Available data START

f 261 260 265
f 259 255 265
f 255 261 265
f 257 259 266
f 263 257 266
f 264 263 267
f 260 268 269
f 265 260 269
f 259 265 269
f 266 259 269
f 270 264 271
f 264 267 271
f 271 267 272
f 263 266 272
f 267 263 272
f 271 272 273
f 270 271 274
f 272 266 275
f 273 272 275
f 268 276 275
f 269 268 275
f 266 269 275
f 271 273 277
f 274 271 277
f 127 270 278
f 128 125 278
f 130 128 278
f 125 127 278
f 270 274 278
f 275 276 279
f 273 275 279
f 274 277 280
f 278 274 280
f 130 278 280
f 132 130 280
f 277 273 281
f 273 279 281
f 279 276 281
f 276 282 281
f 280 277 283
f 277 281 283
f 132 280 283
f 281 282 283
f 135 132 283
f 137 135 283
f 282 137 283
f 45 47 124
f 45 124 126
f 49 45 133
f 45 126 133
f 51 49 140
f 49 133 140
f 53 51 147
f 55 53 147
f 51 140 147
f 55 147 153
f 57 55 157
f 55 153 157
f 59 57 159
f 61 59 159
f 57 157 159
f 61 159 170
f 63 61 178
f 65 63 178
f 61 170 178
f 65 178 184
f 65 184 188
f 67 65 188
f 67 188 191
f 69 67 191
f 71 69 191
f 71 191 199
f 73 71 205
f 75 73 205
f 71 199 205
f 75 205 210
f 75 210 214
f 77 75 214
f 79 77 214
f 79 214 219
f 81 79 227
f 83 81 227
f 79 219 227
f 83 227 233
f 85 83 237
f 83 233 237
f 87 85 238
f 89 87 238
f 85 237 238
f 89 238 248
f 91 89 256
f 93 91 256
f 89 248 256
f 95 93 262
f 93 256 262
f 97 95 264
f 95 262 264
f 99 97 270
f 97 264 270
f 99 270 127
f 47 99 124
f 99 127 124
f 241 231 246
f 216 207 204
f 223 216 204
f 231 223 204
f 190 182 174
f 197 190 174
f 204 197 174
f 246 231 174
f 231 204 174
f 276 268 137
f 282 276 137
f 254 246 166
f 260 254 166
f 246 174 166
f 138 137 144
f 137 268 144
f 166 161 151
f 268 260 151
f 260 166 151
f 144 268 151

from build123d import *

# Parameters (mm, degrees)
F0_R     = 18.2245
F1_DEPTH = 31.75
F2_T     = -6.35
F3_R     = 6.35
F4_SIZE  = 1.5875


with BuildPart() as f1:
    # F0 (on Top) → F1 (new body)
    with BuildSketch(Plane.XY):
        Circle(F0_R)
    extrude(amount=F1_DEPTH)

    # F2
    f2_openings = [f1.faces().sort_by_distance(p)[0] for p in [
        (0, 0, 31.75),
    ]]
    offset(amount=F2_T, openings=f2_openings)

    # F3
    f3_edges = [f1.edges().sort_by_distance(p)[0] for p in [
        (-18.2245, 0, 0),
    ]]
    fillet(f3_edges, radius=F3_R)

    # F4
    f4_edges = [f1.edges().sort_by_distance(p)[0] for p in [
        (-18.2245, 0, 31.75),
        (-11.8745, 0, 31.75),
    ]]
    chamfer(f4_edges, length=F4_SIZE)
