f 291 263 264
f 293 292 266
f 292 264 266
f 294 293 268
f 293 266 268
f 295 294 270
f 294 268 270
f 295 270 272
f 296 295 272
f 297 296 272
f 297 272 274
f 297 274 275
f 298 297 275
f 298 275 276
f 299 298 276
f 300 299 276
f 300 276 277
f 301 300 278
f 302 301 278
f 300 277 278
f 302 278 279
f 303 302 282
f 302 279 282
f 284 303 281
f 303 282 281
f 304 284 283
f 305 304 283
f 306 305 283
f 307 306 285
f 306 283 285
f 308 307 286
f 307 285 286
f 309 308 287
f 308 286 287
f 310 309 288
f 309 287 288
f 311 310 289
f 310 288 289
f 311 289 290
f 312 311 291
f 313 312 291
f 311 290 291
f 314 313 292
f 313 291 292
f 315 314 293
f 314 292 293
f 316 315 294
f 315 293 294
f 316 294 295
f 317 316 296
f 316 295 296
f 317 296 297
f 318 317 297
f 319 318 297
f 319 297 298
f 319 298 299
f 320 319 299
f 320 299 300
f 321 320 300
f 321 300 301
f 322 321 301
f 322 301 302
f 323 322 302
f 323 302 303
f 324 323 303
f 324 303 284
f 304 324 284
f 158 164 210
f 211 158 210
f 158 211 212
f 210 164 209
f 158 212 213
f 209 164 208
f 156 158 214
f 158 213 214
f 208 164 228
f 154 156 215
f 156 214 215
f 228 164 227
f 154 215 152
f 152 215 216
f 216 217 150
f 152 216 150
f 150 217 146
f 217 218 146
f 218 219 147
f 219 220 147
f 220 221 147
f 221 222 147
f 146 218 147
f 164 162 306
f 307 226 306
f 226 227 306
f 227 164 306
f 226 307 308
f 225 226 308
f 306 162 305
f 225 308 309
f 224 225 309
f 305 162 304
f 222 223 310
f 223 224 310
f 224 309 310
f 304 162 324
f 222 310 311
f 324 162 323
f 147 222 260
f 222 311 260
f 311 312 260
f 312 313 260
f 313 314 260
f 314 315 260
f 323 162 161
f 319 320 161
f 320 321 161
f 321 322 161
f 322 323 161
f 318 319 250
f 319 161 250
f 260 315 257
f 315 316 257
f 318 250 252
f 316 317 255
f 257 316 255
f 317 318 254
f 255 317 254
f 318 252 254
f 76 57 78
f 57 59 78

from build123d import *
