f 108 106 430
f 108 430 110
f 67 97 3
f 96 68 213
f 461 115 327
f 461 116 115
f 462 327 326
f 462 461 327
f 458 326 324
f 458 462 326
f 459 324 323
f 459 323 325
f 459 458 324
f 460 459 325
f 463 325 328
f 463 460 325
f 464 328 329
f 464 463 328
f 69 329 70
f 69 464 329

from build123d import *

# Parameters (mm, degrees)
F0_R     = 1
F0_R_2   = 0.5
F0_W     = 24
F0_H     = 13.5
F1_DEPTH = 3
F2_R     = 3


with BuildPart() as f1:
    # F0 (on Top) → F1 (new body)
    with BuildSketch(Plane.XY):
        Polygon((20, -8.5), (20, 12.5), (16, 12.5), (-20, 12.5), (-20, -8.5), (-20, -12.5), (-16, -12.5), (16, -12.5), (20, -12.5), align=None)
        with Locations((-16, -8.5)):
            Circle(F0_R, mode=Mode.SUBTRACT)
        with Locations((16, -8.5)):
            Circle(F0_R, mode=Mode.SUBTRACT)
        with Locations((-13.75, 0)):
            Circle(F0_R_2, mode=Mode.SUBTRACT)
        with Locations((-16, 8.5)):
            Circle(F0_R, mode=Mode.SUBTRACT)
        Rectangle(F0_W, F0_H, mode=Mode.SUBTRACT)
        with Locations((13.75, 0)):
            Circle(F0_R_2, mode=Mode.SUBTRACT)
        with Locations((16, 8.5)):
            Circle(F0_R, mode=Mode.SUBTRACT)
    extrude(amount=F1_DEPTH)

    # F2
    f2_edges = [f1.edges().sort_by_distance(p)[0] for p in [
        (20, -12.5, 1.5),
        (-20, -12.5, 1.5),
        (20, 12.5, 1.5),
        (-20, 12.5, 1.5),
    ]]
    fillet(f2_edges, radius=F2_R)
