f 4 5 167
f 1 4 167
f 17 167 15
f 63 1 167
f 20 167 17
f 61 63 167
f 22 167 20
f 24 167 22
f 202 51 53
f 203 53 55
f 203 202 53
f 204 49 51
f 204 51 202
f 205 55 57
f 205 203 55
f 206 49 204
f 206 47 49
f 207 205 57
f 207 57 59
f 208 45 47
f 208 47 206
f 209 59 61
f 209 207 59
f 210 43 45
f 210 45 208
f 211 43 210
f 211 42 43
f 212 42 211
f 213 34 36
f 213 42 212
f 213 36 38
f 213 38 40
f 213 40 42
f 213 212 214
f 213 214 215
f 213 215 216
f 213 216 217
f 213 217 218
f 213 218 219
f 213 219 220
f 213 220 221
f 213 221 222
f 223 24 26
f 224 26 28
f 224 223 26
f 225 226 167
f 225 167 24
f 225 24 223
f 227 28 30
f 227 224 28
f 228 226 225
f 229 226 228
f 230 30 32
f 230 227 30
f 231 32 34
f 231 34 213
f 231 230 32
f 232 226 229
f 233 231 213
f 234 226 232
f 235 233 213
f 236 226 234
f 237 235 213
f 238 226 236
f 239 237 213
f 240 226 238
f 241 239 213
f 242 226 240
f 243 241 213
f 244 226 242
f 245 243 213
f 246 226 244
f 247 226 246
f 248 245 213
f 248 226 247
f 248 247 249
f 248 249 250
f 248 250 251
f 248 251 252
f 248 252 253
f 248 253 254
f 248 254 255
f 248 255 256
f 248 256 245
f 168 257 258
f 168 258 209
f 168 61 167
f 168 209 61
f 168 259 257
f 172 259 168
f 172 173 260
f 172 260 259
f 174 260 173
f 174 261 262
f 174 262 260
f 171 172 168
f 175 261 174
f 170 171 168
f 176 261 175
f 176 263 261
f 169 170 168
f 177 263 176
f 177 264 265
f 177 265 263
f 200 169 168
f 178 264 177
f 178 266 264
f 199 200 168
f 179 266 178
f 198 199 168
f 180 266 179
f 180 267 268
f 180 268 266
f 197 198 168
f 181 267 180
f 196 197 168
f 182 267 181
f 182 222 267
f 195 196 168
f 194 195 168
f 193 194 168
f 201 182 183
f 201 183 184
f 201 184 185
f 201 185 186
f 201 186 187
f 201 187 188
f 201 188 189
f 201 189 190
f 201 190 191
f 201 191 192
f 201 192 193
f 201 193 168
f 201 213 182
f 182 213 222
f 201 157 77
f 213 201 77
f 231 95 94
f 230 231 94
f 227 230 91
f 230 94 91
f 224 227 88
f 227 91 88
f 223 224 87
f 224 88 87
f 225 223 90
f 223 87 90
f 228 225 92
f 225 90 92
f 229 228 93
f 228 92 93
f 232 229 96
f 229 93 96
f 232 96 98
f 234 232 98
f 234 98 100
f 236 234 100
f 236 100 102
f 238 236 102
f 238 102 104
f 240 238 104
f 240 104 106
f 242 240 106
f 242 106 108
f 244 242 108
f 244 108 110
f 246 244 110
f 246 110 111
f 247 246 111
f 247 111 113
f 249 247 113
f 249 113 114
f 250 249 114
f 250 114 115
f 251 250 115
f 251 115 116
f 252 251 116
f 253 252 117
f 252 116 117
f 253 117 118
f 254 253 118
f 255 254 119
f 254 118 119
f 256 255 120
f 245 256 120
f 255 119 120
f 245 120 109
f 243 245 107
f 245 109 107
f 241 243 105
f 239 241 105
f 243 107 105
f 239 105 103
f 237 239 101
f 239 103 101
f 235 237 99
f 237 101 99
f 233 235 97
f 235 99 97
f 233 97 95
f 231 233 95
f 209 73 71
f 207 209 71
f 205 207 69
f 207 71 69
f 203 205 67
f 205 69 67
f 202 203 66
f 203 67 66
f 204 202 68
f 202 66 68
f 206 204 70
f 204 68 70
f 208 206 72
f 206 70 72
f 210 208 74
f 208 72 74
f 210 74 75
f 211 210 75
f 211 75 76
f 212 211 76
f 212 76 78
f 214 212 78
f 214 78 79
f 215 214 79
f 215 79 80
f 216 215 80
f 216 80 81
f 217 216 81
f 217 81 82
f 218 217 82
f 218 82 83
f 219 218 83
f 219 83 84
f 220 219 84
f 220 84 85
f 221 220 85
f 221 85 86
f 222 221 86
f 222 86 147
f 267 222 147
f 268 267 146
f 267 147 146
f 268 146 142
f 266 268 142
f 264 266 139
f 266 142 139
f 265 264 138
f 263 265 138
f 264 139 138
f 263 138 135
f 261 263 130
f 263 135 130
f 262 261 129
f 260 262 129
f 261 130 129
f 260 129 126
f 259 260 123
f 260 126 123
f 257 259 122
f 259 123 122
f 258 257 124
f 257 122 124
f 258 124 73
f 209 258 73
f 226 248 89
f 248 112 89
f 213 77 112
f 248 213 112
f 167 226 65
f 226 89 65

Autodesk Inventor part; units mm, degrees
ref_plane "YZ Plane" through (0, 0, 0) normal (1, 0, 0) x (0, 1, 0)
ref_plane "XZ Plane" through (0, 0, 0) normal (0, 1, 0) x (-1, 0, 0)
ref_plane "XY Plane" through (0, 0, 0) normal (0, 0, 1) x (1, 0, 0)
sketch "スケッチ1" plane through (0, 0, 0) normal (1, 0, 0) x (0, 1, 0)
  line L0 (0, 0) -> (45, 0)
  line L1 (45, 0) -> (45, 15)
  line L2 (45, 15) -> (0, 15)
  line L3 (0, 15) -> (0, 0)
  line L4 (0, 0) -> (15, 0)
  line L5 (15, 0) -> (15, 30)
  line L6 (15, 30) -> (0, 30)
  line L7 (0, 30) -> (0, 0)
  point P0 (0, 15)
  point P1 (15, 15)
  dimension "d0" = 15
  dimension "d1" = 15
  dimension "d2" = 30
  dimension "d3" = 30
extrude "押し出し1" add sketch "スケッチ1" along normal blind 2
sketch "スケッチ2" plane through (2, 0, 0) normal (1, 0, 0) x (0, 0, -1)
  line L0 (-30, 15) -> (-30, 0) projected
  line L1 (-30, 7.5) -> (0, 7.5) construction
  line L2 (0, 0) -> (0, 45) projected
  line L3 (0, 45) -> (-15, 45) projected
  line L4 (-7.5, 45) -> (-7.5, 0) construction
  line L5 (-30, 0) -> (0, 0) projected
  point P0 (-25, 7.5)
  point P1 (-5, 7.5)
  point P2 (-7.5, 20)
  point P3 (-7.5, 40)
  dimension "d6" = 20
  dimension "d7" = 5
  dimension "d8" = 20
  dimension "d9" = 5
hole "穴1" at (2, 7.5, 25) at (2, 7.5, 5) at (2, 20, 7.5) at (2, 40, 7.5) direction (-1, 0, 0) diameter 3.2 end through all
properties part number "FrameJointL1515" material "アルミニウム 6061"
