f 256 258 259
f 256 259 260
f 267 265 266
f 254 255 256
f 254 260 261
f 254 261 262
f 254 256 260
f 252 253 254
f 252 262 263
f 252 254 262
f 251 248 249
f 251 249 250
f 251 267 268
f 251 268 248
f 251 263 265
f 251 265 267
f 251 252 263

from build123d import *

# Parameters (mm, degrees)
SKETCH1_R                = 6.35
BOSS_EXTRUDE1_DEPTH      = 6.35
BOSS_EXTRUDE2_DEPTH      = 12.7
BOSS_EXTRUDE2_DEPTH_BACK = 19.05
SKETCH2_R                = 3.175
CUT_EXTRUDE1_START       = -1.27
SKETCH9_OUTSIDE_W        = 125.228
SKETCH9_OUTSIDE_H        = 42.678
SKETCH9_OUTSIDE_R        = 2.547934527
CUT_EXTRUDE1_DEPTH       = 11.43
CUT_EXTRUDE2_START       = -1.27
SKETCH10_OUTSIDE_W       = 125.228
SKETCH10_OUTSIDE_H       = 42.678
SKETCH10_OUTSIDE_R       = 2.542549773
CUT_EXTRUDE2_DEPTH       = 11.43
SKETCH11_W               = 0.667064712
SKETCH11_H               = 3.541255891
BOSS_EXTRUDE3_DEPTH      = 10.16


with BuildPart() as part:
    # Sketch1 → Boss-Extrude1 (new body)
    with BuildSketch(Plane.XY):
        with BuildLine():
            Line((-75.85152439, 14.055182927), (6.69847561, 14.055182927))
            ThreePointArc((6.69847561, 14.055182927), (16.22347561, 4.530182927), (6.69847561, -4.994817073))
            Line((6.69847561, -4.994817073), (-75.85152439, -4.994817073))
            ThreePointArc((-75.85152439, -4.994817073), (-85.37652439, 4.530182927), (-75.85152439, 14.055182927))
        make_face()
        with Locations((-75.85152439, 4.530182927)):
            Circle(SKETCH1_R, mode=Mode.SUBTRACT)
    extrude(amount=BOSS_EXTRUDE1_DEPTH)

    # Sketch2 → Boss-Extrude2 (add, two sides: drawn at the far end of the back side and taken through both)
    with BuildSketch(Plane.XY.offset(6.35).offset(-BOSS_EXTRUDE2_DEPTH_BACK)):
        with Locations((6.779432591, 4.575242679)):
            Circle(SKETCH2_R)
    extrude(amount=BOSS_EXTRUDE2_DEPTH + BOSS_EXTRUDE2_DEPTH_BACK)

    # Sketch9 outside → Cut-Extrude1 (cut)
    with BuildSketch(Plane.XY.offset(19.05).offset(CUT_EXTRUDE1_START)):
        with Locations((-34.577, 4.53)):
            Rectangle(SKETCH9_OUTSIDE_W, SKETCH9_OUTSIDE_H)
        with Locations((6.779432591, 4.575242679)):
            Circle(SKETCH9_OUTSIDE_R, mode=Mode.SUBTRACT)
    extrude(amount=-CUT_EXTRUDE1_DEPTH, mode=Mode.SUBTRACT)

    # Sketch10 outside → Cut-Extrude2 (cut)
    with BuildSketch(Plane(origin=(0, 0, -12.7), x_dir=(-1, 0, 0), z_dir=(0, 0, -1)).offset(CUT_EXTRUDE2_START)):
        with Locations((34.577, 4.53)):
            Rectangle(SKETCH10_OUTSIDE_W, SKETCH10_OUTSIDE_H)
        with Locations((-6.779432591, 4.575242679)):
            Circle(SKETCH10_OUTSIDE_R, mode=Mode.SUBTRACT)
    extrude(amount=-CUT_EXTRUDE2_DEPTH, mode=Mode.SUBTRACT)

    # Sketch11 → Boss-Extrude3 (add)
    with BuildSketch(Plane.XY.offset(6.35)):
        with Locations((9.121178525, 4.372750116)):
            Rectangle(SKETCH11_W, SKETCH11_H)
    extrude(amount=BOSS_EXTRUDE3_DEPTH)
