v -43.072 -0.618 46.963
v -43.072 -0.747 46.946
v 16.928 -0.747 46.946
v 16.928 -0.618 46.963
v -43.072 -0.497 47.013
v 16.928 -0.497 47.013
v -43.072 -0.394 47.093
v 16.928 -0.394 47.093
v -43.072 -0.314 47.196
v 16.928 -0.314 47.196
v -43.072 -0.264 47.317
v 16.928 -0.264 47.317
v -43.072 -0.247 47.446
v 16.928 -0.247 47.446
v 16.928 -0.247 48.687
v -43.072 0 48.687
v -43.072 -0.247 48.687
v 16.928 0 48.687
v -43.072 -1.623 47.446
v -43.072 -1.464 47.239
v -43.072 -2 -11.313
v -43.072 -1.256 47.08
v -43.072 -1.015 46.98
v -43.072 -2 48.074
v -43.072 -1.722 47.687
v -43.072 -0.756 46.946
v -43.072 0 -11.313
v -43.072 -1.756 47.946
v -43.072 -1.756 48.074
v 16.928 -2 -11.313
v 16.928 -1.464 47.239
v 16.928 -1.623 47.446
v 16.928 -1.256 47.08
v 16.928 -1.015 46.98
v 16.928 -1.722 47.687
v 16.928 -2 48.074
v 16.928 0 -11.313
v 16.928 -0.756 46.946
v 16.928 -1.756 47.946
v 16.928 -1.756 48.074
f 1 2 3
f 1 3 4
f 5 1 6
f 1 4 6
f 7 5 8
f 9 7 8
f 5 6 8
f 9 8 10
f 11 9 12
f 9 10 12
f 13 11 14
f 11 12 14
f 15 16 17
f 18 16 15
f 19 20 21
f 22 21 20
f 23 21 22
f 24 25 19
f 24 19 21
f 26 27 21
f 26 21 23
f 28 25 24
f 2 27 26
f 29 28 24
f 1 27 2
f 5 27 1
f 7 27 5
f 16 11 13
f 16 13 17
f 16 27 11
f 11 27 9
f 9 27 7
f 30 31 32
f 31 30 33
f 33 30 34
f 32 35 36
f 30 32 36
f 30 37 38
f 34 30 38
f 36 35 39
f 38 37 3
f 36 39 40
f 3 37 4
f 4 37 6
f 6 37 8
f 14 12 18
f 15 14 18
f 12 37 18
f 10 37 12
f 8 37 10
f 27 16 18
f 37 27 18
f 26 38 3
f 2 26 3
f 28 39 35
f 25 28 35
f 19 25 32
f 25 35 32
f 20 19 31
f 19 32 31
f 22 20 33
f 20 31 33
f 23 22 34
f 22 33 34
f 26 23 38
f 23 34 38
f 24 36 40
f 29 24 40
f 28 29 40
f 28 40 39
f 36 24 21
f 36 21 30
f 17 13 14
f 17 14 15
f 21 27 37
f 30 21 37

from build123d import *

# Parameters (mm, degrees)
F0_W     = 60
F0_H     = 60
F1_DEPTH = 2
F3_DEPTH = 60


with BuildPart() as f1:
    # F0 (on Front) → F1 (new body)
    with BuildSketch(Plane.XZ):
        with Locations((-13.071862, 18.687097)):
            Rectangle(F0_W, F0_H)
    extrude(amount=F1_DEPTH)

    # F2 (on face) → F3 (cut)
    with BuildSketch(Plane.YZ.offset(16.928138)):
        with BuildLine():
            Line((-0.247225, 47.446228), (-0.247225, 48.687097))
            Line((-0.247225, 48.687097), (-2, 48.687097))
            Line((-2, 48.687097), (-2, 48.074059))
            Line((-2, 48.074059), (-1.756481, 48.074059))
            Line((-1.756481, 48.074059), (-1.756481, 47.946228))
            ThreePointArc((-1.756481, 47.946228), (-1.463588, 47.239121), (-0.756481, 46.946228))
            Line((-0.756481, 46.946228), (-0.747225, 46.946228))
            ThreePointArc((-0.747225, 46.946228), (-0.393672, 47.092674), (-0.247225, 47.446228))
        make_face()
    extrude(amount=-F3_DEPTH, mode=Mode.SUBTRACT)


solid = f1.part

Available data END

## What this task involves
What lines of the material above include "through"? Copy each one.

## Answer section
ref_plane "YZ Plane" through (0, 0, 0) normal (1, 0, 0) x (0, 1, 0)
ref_plane "XZ Plane" through (0, 0, 0) normal (0, 1, 0) x (-1, 0, 0)
ref_plane "XY Plane" through (0, 0, 0) normal (0, 0, 1) x (1, 0, 0)
sketch "スケッチ1" plane through (0, 0, 0) normal (1, 0, 0) x (0, 1, 0)
sketch "スケッチ2" plane through (2, 0, 0) normal (1, 0, 0) x (0, 0, -1)
hole "穴1" at (2, 7.5, 25) at (2, 7.5, 5) at (2, 20, 7.5) at (2, 40, 7.5) direction (-1, 0, 0) diameter 3.2 end through all
    # Sketch2 → Boss-Extrude2 (add, two sides: drawn at the far end of the back side and taken through both)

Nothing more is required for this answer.